=== What to do ===
The whole listing below must be repeated exactly.
**** Data supplied ****
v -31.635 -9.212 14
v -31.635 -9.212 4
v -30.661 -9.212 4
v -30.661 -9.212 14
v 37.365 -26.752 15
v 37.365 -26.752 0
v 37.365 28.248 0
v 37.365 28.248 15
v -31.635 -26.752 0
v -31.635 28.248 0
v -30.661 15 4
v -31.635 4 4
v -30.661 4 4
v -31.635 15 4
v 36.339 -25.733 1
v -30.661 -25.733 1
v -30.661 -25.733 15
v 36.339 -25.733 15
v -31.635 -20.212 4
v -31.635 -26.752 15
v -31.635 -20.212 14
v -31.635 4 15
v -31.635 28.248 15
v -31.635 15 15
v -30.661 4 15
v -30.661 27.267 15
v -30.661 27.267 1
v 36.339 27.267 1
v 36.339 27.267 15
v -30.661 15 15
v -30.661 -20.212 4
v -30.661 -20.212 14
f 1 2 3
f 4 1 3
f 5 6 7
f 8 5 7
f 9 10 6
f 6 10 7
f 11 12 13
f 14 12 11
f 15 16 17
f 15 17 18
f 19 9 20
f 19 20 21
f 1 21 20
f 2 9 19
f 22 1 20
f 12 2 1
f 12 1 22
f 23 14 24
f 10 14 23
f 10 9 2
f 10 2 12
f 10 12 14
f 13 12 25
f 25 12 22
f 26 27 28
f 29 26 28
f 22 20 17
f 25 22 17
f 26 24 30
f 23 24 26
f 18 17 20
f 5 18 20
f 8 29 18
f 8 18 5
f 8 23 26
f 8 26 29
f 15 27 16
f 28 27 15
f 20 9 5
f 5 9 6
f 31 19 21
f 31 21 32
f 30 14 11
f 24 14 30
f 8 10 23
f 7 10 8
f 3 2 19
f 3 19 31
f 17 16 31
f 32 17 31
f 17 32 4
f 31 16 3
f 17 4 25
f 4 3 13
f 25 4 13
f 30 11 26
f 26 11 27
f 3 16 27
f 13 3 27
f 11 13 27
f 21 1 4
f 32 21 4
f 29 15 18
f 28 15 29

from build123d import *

# Parameters (mm, degrees)
SKETCH001_W  = 67
SKETCH001_H  = 53
PAD001_DEPTH = 15
SKETCH002_W  = 11
SKETCH002_H  = 12
PAD002_DEPTH = 10
SKETCH003_W  = 9
SKETCH003_H  = 11
PAD003_DEPTH = 10
SKETCH_W     = 69
SKETCH_H     = 55
PAD_DEPTH    = 15


with BuildPart() as body001:
    # Sketch001 → Pad001 (new body)
    with BuildSketch(Plane.XY):
        with Locations((-27.160627, -58.233018)):
            Rectangle(SKETCH001_W, SKETCH001_H)
    extrude(amount=PAD001_DEPTH)


with BuildPart() as body001_1:
    # Body001 placement: moved
    add(body001.part.moved(Location((30, 59, 1))))


with BuildPart() as body002:
    # Sketch002 → Pad002 (new body)
    with BuildSketch(Plane.YZ):
        with Locations((5.5, 6)):
            Rectangle(SKETCH002_W, SKETCH002_H)
    extrude(amount=PAD002_DEPTH)


with BuildPart() as body002_1:
    # Body002 placement: moved
    add(body002.part.moved(Location((-32, 4, 4))))


with BuildPart() as body003:
    # Sketch003 → Pad003 (new body)
    with BuildSketch(Plane.XY):
        with Locations((-41.905017, -12.711954)):
            Rectangle(SKETCH003_W, SKETCH003_H)
    extrude(amount=PAD003_DEPTH)


with BuildPart() as body003_1:
    # Body003 placement: moved
    add(body003.part.moved(Location((9, -2, 4))))


with BuildPart() as body:
    # Sketch → Pad (new body)
    with BuildSketch(Plane.XY):
        with Locations((2.865111, 0.748495)):
            Rectangle(SKETCH_W, SKETCH_H)
    extrude(amount=PAD_DEPTH)

    # Boolean: cut Body001
    add(body001_1.part, mode=Mode.SUBTRACT)

    # Boolean001: cut Body002
    add(body002_1.part, mode=Mode.SUBTRACT)

    # Boolean002: cut Body003
    add(body003_1.part, mode=Mode.SUBTRACT)


solid = body.part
****
=== Completed task ===
v -31.635 -9.212 14
v -31.635 -9.212 4
v -30.661 -9.212 4
v -30.661 -9.212 14
v 37.365 -26.752 15
v 37.365 -26.752 0
v 37.365 28.248 0
v 37.365 28.248 15
v -31.635 -26.752 0
v -31.635 28.248 0
v -30.661 15 4
v -31.635 4 4
v -30.661 4 4
v -31.635 15 4
v 36.339 -25.733 1
v -30.661 -25.733 1
v -30.661 -25.733 15
v 36.339 -25.733 15
v -31.635 -20.212 4
v -31.635 -26.752 15
v -31.635 -20.212 14
v -31.635 4 15
v -31.635 28.248 15
v -31.635 15 15
v -30.661 4 15
v -30.661 27.267 15
v -30.661 27.267 1
v 36.339 27.267 1
v 36.339 27.267 15
v -30.661 15 15
v -30.661 -20.212 4
v -30.661 -20.212 14
f 1 2 3
f 4 1 3
f 5 6 7
f 8 5 7
f 9 10 6
f 6 10 7
f 11 12 13
f 14 12 11
f 15 16 17
f 15 17 18
f 19 9 20
f 19 20 21
f 1 21 20
f 2 9 19
f 22 1 20
f 12 2 1
f 12 1 22
f 23 14 24
f 10 14 23
f 10 9 2
f 10 2 12
f 10 12 14
f 13 12 25
f 25 12 22
f 26 27 28
f 29 26 28
f 22 20 17
f 25 22 17
f 26 24 30
f 23 24 26
f 18 17 20
f 5 18 20
f 8 29 18
f 8 18 5
f 8 23 26
f 8 26 29
f 15 27 16
f 28 27 15
f 20 9 5
f 5 9 6
f 31 19 21
f 31 21 32
f 30 14 11
f 24 14 30
f 8 10 23
f 7 10 8
f 3 2 19
f 3 19 31
f 17 16 31
f 32 17 31
f 17 32 4
f 31 16 3
f 17 4 25
f 4 3 13
f 25 4 13
f 30 11 26
f 26 11 27
f 3 16 27
f 13 3 27
f 11 13 27
f 21 1 4
f 32 21 4
f 29 15 18
f 28 15 29

from build123d import *

# Parameters (mm, degrees)
SKETCH001_W  = 67
SKETCH001_H  = 53
PAD001_DEPTH = 15
SKETCH002_W  = 11
SKETCH002_H  = 12
PAD002_DEPTH = 10
SKETCH003_W  = 9
SKETCH003_H  = 11
PAD003_DEPTH = 10
SKETCH_W     = 69
SKETCH_H     = 55
PAD_DEPTH    = 15


with BuildPart() as body001:
    # Sketch001 → Pad001 (new body)
    with BuildSketch(Plane.XY):
        with Locations((-27.160627, -58.233018)):
            Rectangle(SKETCH001_W, SKETCH001_H)
    extrude(amount=PAD001_DEPTH)


with BuildPart() as body001_1:
    # Body001 placement: moved
    add(body001.part.moved(Location((30, 59, 1))))


with BuildPart() as body002:
    # Sketch002 → Pad002 (new body)
    with BuildSketch(Plane.YZ):
        with Locations((5.5, 6)):
            Rectangle(SKETCH002_W, SKETCH002_H)
    extrude(amount=PAD002_DEPTH)


with BuildPart() as body002_1:
    # Body002 placement: moved
    add(body002.part.moved(Location((-32, 4, 4))))


with BuildPart() as body003:
    # Sketch003 → Pad003 (new body)
    with BuildSketch(Plane.XY):
        with Locations((-41.905017, -12.711954)):
            Rectangle(SKETCH003_W, SKETCH003_H)
    extrude(amount=PAD003_DEPTH)


with BuildPart() as body003_1:
    # Body003 placement: moved
    add(body003.part.moved(Location((9, -2, 4))))


with BuildPart() as body:
    # Sketch → Pad (new body)
    with BuildSketch(Plane.XY):
        with Locations((2.865111, 0.748495)):
            Rectangle(SKETCH_W, SKETCH_H)
    extrude(amount=PAD_DEPTH)

    # Boolean: cut Body001
    add(body001_1.part, mode=Mode.SUBTRACT)

    # Boolean001: cut Body002
    add(body002_1.part, mode=Mode.SUBTRACT)

    # Boolean002: cut Body003
    add(body003_1.part, mode=Mode.SUBTRACT)


solid = body.part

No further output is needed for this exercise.